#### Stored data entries
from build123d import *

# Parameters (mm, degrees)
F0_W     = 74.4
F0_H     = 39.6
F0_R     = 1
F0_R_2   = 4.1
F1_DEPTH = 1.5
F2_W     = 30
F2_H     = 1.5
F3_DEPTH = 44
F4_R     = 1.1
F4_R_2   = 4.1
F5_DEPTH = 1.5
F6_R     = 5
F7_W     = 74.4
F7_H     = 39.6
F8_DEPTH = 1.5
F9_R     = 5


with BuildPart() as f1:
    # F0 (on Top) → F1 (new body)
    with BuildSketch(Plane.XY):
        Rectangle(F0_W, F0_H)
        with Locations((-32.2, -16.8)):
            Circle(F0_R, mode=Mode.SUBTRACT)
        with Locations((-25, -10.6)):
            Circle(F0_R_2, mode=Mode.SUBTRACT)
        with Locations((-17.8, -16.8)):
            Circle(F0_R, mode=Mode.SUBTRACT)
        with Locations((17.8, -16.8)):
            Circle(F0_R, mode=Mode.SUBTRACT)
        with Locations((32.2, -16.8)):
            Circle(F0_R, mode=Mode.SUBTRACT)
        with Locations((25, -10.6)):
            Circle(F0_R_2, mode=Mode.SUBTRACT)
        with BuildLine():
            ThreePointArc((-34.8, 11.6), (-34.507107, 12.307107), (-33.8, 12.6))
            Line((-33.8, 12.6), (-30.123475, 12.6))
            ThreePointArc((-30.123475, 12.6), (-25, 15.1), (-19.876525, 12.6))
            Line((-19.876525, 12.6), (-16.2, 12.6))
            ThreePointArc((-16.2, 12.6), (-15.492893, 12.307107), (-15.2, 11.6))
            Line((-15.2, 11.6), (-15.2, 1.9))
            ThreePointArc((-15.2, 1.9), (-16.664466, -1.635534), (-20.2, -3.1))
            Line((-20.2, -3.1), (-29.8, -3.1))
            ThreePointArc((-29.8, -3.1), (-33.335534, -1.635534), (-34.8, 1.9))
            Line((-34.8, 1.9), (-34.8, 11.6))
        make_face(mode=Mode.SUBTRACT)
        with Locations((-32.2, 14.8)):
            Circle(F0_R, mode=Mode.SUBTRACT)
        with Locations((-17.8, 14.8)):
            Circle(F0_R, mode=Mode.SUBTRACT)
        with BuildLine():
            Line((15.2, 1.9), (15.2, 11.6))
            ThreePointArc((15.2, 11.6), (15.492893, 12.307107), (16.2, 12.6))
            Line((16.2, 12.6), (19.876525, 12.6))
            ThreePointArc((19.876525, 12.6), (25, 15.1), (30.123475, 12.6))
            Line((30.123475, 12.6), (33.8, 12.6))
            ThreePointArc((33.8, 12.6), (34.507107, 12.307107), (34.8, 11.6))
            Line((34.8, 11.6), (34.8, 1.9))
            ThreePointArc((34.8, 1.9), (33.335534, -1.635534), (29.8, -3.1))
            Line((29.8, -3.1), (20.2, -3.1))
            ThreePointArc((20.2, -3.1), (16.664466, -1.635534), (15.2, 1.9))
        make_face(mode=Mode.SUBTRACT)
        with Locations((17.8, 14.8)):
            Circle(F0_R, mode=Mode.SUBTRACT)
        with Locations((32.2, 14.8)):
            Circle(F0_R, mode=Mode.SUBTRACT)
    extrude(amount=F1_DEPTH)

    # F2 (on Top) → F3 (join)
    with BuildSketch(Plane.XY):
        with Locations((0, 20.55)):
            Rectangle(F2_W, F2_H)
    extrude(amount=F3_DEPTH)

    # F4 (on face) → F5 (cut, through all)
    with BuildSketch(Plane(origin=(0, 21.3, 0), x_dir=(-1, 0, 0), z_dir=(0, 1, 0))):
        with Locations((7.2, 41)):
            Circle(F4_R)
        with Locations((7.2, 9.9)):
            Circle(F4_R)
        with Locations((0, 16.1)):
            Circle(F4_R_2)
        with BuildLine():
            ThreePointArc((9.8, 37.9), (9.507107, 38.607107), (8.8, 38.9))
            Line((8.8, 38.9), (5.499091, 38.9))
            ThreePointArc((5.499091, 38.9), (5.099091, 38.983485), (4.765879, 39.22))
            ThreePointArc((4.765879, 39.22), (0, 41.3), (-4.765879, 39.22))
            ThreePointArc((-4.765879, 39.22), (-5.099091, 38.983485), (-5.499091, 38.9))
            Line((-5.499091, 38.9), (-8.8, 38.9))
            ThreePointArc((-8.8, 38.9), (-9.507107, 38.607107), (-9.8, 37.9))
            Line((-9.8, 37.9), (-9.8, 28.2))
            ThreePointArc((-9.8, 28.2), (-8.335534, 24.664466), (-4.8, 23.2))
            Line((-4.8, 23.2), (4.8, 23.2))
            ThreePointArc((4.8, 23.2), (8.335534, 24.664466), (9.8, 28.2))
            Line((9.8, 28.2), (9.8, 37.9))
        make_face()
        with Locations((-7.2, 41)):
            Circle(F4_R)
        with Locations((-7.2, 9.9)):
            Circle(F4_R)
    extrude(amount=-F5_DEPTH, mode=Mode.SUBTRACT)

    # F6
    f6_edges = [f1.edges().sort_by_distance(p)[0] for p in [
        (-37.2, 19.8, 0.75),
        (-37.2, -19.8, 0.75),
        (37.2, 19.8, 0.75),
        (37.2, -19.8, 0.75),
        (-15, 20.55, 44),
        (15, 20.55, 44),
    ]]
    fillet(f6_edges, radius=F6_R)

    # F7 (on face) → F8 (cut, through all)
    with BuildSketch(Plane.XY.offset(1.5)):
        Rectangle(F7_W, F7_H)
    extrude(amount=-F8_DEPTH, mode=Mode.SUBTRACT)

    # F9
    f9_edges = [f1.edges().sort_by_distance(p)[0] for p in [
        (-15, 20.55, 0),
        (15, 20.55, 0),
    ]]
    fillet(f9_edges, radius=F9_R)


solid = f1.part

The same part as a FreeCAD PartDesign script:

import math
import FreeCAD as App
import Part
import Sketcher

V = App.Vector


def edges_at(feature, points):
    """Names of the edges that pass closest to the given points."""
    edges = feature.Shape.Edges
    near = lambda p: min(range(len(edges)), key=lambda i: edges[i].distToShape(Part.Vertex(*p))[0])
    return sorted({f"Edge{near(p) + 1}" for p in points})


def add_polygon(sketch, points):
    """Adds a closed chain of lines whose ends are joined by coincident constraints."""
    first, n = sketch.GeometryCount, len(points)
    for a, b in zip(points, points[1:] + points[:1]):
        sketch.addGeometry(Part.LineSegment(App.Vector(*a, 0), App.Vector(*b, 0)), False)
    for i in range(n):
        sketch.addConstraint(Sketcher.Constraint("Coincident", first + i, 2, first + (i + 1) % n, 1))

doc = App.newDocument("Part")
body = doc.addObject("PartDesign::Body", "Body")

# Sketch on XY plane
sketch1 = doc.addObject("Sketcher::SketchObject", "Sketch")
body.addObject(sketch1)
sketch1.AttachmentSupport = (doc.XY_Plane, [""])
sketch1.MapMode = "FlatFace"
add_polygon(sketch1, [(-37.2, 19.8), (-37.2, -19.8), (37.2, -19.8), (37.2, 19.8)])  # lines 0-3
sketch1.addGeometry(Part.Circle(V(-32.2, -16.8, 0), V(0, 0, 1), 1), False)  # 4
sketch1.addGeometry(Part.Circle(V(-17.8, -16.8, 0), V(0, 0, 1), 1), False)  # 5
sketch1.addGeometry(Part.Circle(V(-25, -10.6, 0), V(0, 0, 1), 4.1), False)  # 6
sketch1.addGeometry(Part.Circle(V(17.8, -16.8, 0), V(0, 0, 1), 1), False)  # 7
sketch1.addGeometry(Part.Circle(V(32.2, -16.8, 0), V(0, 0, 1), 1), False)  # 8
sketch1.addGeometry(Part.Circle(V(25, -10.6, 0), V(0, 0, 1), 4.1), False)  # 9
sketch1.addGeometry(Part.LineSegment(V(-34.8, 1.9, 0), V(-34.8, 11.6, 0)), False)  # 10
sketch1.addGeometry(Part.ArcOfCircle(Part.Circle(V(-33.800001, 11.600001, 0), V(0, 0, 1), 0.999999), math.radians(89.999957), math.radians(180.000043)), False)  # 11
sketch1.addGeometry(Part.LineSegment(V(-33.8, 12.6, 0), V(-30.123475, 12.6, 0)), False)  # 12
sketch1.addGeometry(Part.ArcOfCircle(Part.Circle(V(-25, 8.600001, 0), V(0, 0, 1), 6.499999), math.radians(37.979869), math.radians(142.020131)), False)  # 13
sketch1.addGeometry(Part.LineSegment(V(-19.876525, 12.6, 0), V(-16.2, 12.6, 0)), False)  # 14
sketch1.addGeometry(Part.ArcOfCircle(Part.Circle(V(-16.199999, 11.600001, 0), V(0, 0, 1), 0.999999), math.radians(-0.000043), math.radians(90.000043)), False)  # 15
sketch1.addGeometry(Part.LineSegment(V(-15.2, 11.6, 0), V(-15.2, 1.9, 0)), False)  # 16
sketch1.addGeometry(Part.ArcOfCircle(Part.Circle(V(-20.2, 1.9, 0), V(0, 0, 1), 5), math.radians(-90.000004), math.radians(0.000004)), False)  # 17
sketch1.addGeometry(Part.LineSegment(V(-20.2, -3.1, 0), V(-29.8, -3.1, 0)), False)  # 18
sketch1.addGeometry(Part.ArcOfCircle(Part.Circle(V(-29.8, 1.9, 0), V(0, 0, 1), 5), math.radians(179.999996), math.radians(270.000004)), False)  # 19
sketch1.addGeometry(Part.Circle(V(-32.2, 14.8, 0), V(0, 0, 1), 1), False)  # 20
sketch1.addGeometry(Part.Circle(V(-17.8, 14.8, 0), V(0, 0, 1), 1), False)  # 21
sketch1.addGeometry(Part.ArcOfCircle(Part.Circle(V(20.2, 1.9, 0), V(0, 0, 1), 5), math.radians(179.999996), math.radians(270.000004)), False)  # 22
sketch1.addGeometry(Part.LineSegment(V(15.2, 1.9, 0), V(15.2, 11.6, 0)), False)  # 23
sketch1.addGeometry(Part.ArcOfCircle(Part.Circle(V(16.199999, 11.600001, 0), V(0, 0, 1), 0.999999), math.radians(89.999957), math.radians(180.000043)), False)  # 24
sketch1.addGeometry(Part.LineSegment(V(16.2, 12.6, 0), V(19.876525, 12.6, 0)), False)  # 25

--

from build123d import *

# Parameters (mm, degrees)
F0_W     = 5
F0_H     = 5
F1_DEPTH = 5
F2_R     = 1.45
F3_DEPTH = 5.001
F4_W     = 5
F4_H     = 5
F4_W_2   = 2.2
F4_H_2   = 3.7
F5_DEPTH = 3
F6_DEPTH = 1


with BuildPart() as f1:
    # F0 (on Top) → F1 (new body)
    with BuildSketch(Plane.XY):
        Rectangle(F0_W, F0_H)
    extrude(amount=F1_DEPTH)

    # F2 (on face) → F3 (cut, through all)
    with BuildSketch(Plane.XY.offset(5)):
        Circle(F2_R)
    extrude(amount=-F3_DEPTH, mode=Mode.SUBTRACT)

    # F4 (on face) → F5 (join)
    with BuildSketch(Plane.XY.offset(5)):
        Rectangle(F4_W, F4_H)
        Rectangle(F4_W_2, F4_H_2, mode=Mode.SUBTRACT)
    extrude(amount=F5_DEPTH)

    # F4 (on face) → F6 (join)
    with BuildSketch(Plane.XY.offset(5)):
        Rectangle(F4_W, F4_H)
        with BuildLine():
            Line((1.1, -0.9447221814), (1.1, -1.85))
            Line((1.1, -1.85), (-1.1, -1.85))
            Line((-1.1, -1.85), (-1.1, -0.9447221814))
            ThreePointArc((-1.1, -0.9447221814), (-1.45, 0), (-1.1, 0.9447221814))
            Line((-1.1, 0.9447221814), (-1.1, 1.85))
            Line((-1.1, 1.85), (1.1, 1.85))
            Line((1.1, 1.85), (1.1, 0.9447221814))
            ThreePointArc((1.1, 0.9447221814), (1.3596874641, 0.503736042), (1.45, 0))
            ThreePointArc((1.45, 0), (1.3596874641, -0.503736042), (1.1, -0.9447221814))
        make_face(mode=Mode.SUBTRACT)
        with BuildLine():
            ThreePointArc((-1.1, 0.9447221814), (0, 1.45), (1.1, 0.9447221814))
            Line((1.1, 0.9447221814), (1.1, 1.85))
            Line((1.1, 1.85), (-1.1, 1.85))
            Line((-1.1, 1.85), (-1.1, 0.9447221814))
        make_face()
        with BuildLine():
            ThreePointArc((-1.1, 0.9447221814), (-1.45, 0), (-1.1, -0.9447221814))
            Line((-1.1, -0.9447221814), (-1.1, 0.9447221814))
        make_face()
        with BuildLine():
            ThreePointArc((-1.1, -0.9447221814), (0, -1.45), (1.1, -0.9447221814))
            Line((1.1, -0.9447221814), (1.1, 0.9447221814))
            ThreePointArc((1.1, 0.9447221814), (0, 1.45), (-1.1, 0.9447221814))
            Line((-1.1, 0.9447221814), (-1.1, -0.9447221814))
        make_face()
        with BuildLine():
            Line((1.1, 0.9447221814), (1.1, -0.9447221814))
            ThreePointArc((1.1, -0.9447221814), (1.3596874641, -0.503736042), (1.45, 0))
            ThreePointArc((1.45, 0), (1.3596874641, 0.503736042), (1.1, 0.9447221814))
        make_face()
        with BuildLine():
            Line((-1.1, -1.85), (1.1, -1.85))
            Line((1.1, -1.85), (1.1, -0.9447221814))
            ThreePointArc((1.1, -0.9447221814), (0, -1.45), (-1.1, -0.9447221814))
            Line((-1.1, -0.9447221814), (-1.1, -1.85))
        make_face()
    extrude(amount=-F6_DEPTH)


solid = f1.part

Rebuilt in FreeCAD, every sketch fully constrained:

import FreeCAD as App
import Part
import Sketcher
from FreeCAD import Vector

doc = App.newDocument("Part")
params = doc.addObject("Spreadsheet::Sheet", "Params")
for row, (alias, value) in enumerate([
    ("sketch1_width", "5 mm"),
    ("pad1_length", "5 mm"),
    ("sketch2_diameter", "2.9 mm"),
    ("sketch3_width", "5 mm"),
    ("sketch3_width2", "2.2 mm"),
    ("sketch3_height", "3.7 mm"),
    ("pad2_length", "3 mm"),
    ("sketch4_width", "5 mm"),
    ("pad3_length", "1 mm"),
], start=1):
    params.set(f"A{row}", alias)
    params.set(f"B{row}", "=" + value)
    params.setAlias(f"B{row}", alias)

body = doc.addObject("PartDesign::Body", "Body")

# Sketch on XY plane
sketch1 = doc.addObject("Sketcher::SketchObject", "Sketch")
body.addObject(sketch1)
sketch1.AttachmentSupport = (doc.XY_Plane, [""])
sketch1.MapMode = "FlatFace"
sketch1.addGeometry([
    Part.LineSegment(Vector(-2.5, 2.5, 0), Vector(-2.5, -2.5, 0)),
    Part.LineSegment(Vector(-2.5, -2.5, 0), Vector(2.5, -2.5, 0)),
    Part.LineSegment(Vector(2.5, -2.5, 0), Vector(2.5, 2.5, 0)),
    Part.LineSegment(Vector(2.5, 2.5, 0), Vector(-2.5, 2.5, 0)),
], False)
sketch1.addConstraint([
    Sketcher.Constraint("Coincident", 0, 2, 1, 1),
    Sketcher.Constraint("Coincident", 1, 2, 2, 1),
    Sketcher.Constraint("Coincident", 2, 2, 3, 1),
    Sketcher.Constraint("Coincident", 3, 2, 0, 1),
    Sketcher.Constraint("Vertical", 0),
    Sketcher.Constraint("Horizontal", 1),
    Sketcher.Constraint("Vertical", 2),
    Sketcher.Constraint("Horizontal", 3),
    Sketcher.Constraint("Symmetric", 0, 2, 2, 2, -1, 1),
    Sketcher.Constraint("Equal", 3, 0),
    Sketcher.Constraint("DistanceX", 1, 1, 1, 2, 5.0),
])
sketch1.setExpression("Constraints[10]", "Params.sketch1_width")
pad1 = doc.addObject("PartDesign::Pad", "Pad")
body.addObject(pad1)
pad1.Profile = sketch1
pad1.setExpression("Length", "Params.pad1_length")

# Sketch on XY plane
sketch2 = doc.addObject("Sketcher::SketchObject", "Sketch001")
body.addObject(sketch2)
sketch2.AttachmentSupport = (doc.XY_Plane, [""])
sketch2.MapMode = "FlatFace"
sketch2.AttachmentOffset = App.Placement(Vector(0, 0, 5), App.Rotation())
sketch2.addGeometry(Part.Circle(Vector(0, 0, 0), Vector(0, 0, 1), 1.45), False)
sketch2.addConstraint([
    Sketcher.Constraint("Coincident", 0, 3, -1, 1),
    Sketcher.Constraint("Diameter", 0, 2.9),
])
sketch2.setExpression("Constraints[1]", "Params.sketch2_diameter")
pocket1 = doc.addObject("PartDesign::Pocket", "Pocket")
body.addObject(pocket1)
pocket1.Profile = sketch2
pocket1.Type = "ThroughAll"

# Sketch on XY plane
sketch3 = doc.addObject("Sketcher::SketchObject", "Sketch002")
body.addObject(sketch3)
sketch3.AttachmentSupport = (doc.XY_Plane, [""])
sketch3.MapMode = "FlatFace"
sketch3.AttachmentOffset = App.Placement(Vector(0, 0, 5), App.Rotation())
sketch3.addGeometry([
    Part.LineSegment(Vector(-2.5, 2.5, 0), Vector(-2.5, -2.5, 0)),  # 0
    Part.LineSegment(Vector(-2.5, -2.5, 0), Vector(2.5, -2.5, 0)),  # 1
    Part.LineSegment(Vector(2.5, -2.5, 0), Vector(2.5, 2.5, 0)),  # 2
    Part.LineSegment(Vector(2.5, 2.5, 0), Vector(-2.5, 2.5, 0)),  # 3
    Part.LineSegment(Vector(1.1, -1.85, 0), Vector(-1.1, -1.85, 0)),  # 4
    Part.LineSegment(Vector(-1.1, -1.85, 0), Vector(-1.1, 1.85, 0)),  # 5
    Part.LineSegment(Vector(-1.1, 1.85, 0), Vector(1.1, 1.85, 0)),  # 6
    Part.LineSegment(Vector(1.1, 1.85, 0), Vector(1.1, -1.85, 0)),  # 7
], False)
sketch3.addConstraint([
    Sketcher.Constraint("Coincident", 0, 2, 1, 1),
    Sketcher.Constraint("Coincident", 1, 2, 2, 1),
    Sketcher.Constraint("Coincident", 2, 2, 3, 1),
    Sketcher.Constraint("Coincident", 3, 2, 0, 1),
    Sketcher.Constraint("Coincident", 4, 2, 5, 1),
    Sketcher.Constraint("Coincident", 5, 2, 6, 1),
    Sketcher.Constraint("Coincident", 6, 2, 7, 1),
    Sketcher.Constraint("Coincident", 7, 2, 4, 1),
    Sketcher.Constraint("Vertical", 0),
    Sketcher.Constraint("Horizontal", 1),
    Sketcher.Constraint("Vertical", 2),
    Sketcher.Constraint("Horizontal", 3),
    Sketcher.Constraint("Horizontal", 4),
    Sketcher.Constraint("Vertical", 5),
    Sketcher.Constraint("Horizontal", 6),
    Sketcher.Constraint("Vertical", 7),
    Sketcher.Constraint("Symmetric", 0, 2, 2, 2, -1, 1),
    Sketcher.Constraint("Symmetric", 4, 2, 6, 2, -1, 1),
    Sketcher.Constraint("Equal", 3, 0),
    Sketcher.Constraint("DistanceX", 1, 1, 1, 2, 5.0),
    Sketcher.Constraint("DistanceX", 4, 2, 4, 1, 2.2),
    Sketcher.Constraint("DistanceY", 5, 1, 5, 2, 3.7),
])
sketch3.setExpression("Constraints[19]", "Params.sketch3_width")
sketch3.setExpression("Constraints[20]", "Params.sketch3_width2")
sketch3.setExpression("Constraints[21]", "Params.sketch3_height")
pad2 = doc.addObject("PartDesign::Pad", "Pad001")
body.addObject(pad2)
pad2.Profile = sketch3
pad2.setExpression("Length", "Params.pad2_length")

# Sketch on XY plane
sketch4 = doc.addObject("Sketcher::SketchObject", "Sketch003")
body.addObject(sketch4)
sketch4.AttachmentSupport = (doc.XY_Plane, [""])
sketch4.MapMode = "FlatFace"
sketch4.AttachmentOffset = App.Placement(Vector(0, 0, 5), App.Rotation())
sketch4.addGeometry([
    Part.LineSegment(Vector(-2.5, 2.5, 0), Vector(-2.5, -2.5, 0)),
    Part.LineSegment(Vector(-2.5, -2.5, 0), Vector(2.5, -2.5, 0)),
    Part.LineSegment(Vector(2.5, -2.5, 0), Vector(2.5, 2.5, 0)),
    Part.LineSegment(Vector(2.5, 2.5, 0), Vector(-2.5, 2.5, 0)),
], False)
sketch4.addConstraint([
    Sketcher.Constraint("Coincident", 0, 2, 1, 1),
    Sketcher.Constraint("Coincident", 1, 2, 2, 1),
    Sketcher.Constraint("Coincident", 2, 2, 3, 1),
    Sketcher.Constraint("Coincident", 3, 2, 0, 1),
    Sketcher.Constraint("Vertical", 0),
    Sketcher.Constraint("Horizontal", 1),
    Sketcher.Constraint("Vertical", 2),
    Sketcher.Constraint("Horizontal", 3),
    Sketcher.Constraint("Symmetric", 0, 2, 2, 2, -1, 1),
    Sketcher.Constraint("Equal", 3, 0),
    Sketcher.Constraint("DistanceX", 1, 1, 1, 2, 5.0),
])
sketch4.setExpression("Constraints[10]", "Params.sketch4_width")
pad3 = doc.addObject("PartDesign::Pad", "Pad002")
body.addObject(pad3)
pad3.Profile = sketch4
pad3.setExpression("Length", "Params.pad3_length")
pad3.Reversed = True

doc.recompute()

#### WHAT THE EXERCISE ASKS
When a line of the data holds the string "radius", pick it out and copy it.

#### ANSWER TO THE PROBLEM
    fillet(f6_edges, radius=F6_R)
    fillet(f9_edges, radius=F9_R)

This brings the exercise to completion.